Key value for chemical safety assessment
Skin sensitisation
Endpoint conclusion
- Endpoint conclusion:
- no adverse effect observed (not sensitising)
- Additional information:
There are no experimental data available on the test item. Therefore, the endpoint on skin sensitization is addressed with data on two read-across substances, i. e. the two components of the test item, and QSAR predicitions of these two main components.
Read-across approach
Monoethanolamine (MEA), CAS 141 -43 -5
The sensitizing potential of monoethanolamine (MEA) was studied using the guinea pig maximization test. The animals were induced with MEA and challenged with MEA or tri- or diethanolamine. No statistically significant difference between actively induced animals and control animals was observed and the substance was thus considered to be not sensitizing. There was no indication of cross reactivity, too.
Etidronic acid, CAS 2809 -21 -4
A study on sensitizing potential was conducted with a group of adult female Pirbright White guinea pigs with a mean initial weight of 403 g (test animals) and 402 g (control animals), respectively. The test group consisted of 20 animals; another 20 animals served as controls. The substance was prepared by blending a 5 percent aqueous preparation of the test substance with Freund's adjuvant at a 1 : 1 ratio. Potential skin reactions were read 24 and 48 hours after challenging. Slight positive reactions were obtained from 8 test animals and 5 animals of control 24 hours after challenge and from 5 test animals and 2 animals of control 48 hours after challenge. These reactions were considered to be due to sensitivity of guinea pigs to fat (petrolatum) and not being test substance induced. The body weights of the test and control animals showed a normal and parallel development in the course of the test. The test compound can be graded as no sensitizer for guinea pig.

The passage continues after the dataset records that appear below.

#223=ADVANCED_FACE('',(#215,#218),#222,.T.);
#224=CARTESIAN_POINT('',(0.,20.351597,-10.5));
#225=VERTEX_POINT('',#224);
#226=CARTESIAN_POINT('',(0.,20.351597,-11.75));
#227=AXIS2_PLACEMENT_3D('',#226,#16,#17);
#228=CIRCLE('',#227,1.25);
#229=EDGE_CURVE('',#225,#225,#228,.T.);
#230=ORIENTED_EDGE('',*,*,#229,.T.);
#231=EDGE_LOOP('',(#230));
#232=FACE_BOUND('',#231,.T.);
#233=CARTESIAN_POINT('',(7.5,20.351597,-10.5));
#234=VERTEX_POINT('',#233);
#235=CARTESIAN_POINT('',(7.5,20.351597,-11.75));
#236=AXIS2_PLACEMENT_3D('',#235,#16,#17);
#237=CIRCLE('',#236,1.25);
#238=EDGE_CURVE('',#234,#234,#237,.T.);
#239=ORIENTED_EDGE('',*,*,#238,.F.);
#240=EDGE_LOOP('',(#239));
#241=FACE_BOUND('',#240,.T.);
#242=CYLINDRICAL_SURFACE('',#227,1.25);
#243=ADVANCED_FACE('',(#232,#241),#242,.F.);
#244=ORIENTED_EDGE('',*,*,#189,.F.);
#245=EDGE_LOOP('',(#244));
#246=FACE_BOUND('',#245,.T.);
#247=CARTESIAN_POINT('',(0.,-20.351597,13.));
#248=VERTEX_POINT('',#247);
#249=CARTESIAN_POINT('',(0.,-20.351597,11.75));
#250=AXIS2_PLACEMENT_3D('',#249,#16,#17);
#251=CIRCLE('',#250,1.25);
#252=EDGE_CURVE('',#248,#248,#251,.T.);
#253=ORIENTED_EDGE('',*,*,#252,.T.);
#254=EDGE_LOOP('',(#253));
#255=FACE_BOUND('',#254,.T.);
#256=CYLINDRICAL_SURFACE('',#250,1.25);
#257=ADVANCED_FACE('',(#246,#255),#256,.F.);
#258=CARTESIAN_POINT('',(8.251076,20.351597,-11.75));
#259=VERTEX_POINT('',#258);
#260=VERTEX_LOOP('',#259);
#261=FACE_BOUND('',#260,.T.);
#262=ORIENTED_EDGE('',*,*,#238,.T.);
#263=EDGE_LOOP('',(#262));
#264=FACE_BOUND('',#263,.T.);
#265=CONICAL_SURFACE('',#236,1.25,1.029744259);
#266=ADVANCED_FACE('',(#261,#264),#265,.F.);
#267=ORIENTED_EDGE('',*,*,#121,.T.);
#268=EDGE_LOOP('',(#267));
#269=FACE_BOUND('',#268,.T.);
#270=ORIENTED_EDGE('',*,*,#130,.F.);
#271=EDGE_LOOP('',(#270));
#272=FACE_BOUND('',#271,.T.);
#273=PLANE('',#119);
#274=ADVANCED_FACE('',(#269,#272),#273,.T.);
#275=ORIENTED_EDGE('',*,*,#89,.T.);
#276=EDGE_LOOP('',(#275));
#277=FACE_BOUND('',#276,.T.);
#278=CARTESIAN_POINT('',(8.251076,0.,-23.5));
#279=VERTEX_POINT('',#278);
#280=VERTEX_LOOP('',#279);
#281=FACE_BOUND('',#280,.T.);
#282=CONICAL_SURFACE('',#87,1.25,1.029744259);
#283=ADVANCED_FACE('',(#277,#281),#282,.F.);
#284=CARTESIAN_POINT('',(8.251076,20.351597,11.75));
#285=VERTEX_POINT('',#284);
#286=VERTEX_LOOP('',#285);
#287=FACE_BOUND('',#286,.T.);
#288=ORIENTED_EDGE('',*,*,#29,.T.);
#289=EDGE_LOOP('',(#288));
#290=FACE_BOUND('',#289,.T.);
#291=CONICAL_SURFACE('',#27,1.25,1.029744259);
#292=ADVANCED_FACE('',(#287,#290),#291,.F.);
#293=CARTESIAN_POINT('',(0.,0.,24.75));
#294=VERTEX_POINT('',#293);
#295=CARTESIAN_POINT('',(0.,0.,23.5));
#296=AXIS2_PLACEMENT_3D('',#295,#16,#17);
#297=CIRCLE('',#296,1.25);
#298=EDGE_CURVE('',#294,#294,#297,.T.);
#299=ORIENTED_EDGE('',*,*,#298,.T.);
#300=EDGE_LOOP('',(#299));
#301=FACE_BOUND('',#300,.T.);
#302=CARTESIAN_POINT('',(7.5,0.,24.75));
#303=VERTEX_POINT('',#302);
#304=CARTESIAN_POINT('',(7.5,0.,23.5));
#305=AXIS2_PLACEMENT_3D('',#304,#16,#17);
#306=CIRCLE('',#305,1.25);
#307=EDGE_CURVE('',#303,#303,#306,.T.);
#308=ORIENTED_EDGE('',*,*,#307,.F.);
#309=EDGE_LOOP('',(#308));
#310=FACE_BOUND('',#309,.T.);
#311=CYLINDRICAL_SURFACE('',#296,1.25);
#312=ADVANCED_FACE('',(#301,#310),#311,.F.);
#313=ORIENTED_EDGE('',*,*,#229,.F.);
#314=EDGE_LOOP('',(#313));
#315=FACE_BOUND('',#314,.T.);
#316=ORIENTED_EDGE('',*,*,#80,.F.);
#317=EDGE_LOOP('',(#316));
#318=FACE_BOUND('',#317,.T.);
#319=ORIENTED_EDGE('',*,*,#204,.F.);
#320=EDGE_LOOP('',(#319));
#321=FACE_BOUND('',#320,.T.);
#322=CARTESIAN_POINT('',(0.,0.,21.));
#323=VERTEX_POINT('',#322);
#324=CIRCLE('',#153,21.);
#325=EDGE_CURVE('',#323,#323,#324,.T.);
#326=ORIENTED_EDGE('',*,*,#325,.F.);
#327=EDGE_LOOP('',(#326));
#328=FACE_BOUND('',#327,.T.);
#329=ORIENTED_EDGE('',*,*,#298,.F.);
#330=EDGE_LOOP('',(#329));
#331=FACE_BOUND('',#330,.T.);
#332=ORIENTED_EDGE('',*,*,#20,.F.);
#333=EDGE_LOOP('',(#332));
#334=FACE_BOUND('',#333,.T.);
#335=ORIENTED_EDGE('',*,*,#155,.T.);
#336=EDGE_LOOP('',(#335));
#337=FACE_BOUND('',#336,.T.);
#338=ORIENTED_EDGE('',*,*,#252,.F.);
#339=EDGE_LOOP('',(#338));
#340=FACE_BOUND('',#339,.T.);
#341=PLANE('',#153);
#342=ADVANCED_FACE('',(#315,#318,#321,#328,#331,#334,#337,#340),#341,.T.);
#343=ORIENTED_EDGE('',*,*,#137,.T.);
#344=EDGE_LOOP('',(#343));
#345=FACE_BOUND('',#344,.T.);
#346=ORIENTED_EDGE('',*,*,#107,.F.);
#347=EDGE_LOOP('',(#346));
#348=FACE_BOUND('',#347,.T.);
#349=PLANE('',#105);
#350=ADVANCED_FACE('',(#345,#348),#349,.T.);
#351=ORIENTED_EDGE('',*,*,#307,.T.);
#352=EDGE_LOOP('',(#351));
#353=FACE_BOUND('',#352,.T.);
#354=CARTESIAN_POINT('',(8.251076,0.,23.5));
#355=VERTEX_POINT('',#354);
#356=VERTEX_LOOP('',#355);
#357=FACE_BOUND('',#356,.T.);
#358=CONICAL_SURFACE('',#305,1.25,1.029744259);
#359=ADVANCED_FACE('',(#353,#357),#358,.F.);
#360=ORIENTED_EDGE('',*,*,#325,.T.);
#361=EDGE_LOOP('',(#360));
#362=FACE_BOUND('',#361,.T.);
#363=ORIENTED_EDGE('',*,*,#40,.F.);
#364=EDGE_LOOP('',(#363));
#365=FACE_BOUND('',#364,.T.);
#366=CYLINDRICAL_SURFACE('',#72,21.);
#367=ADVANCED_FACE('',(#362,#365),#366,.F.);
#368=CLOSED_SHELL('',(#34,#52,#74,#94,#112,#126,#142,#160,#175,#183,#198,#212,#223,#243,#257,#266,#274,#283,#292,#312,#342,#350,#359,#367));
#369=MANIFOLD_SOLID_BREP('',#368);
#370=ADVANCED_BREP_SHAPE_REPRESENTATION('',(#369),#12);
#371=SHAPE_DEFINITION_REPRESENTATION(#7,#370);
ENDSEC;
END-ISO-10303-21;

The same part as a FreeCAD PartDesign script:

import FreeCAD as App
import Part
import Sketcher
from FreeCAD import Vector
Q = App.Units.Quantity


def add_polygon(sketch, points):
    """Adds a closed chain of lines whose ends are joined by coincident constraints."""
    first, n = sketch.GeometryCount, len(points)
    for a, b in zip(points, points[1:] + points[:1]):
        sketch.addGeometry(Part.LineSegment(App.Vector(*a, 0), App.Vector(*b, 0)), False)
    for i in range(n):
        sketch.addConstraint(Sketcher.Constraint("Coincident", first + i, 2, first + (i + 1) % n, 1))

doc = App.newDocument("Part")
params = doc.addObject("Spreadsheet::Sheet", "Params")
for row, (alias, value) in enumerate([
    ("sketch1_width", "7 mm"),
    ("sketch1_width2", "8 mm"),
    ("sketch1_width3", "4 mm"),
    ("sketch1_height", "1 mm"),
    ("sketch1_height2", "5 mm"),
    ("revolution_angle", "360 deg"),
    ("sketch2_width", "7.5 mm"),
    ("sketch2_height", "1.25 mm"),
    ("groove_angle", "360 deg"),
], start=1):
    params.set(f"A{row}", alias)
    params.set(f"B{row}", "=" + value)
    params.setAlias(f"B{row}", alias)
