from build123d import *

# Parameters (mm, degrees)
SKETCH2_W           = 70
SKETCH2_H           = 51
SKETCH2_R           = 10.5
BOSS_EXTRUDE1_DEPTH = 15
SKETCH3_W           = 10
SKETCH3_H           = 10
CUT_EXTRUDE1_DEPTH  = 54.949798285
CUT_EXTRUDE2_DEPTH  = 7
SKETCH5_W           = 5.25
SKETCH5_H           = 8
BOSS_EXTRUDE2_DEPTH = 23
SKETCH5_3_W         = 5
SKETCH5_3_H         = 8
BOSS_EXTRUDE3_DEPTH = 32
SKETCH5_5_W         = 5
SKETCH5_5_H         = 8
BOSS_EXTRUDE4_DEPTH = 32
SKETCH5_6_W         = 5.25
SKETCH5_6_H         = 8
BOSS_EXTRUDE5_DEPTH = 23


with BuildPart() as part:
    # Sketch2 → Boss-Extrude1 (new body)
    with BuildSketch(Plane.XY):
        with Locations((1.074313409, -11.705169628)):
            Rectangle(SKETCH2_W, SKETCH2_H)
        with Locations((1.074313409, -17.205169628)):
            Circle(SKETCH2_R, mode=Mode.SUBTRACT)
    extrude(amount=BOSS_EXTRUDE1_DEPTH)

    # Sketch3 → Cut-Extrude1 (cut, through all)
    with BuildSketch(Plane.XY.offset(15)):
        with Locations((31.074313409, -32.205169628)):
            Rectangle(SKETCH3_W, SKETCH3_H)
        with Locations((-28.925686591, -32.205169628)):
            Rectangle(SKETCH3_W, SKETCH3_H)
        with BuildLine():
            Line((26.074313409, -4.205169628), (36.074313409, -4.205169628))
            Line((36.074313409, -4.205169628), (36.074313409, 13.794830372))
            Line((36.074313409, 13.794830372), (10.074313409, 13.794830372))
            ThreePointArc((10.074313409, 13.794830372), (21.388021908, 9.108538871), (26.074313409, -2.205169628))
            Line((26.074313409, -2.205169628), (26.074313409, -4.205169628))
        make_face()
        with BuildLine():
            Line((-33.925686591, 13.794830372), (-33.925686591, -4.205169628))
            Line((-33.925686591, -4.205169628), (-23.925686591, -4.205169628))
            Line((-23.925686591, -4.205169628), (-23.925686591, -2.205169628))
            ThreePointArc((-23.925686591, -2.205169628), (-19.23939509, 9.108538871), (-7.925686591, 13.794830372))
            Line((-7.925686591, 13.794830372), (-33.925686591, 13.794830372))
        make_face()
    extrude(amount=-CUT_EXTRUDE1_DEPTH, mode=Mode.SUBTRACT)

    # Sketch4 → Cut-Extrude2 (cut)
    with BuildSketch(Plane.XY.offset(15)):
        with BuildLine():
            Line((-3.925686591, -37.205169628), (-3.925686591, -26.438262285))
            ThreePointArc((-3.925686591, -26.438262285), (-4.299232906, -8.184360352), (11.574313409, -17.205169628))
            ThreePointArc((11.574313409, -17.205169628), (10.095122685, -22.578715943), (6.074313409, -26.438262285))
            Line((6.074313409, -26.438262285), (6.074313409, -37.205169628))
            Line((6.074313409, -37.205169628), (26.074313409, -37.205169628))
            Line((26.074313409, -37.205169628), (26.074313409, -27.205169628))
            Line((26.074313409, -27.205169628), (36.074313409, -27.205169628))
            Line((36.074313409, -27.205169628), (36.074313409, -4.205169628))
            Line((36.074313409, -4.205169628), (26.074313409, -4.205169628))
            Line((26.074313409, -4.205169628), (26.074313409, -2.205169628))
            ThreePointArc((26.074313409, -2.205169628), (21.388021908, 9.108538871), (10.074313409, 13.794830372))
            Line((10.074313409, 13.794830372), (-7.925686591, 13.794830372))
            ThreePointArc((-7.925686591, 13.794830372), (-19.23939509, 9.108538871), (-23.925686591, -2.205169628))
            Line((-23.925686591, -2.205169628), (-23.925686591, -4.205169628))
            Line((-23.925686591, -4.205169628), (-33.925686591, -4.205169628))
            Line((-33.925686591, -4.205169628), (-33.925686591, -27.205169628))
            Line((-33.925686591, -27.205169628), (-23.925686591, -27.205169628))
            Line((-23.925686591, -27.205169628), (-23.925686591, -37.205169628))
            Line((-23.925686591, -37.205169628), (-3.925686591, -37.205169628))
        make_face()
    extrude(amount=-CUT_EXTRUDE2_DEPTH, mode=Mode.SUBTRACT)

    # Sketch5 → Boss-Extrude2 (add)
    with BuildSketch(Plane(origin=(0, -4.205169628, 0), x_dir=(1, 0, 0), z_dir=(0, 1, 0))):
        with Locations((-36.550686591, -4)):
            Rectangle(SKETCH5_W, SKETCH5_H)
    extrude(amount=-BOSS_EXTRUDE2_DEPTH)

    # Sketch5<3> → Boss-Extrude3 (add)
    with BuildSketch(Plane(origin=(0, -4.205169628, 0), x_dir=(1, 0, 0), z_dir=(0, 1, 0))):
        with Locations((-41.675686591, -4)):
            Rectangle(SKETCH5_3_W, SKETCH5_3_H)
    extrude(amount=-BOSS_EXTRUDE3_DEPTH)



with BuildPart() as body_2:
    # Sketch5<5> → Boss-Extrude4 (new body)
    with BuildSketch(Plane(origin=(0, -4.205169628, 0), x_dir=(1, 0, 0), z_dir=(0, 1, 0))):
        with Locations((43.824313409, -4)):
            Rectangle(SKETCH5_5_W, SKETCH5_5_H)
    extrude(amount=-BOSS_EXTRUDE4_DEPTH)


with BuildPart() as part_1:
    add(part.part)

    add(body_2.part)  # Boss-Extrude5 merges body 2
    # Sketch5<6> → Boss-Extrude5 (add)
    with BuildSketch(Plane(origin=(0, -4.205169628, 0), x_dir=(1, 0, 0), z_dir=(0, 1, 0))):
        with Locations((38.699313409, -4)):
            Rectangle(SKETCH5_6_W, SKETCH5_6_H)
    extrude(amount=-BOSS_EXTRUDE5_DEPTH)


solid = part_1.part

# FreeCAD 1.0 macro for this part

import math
import FreeCAD as App
import Part
import Sketcher

V = App.Vector
Q = App.Units.Quantity

doc = App.newDocument("Part")
body = doc.addObject("PartDesign::Body", "Body")

# Sketch on XY plane
sketch1 = doc.addObject("Sketcher::SketchObject", "Sketch")
body.addObject(sketch1)
sketch1.AttachmentSupport = (doc.XY_Plane, [""])
sketch1.MapMode = "FlatFace"
sketch1.addGeometry(Part.LineSegment(V(-34, 14, 0), V(-34, -37, 0)), False)
sketch1.addGeometry(Part.LineSegment(V(-34, -37, 0), V(36, -37, 0)), False)
sketch1.addGeometry(Part.LineSegment(V(36, -37, 0), V(36, 14, 0)), False)
sketch1.addGeometry(Part.LineSegment(V(36, 14, 0), V(-34, 14, 0)), False)
sketch1.addGeometry(Part.Circle(V(1, -17, 0), V(0, 0, 1), 10), False)
sketch1.addConstraint(Sketcher.Constraint("Coincident", 0, 2, 1, 1))
sketch1.addConstraint(Sketcher.Constraint("Coincident", 1, 2, 2, 1))
sketch1.addConstraint(Sketcher.Constraint("Coincident", 2, 2, 3, 1))
sketch1.addConstraint(Sketcher.Constraint("Coincident", 3, 2, 0, 1))
sketch1.addConstraint(Sketcher.Constraint("Vertical", 0))
sketch1.addConstraint(Sketcher.Constraint("Horizontal", 1))
sketch1.addConstraint(Sketcher.Constraint("Vertical", 2))
sketch1.addConstraint(Sketcher.Constraint("Horizontal", 3))
sketch1.addConstraint(Sketcher.Constraint("Diameter", 4, Q("21 mm")))
sketch1.addConstraint(Sketcher.Constraint("DistanceX", 1, 1, 1, 2, Q("70 mm")))
sketch1.addConstraint(Sketcher.Constraint("DistanceY", 0, 2, 0, 1, Q("51 mm")))
sketch1.addConstraint(Sketcher.Constraint("DistanceX", 0, 2, 4, 3, Q("35 mm")))
sketch1.addConstraint(Sketcher.Constraint("DistanceY", 0, 2, 4, 3, Q("20 mm")))
sketch1.addConstraint(Sketcher.Constraint("DistanceY", 4, 3, -1, 1, Q("17.20517 mm")))
sketch1.addConstraint(Sketcher.Constraint("DistanceX", -1, 1, 4, 3, Q("1.074313 mm")))
pad1 = doc.addObject("PartDesign::Pad", "Pad")
body.addObject(pad1)
pad1.Profile = sketch1
pad1.Length = 15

Justification for Read-Across:
1. HYPOTHESIS FOR THE ANALOGUE APPROACH
The test item is a multi-constituent substance: etidronic acid composed with 2-ethanolamine. Studies on skin sensitization were not performed for the target substance. Reliable experimental data are available for both components, etidronic acid and 2-aminoethanol, which are considered to be suitable read-across substances.
2. SOURCE AND TARGET CHEMICAL(S) (INCLUDING INFORMATION ON PURITY AND IMPURITIES)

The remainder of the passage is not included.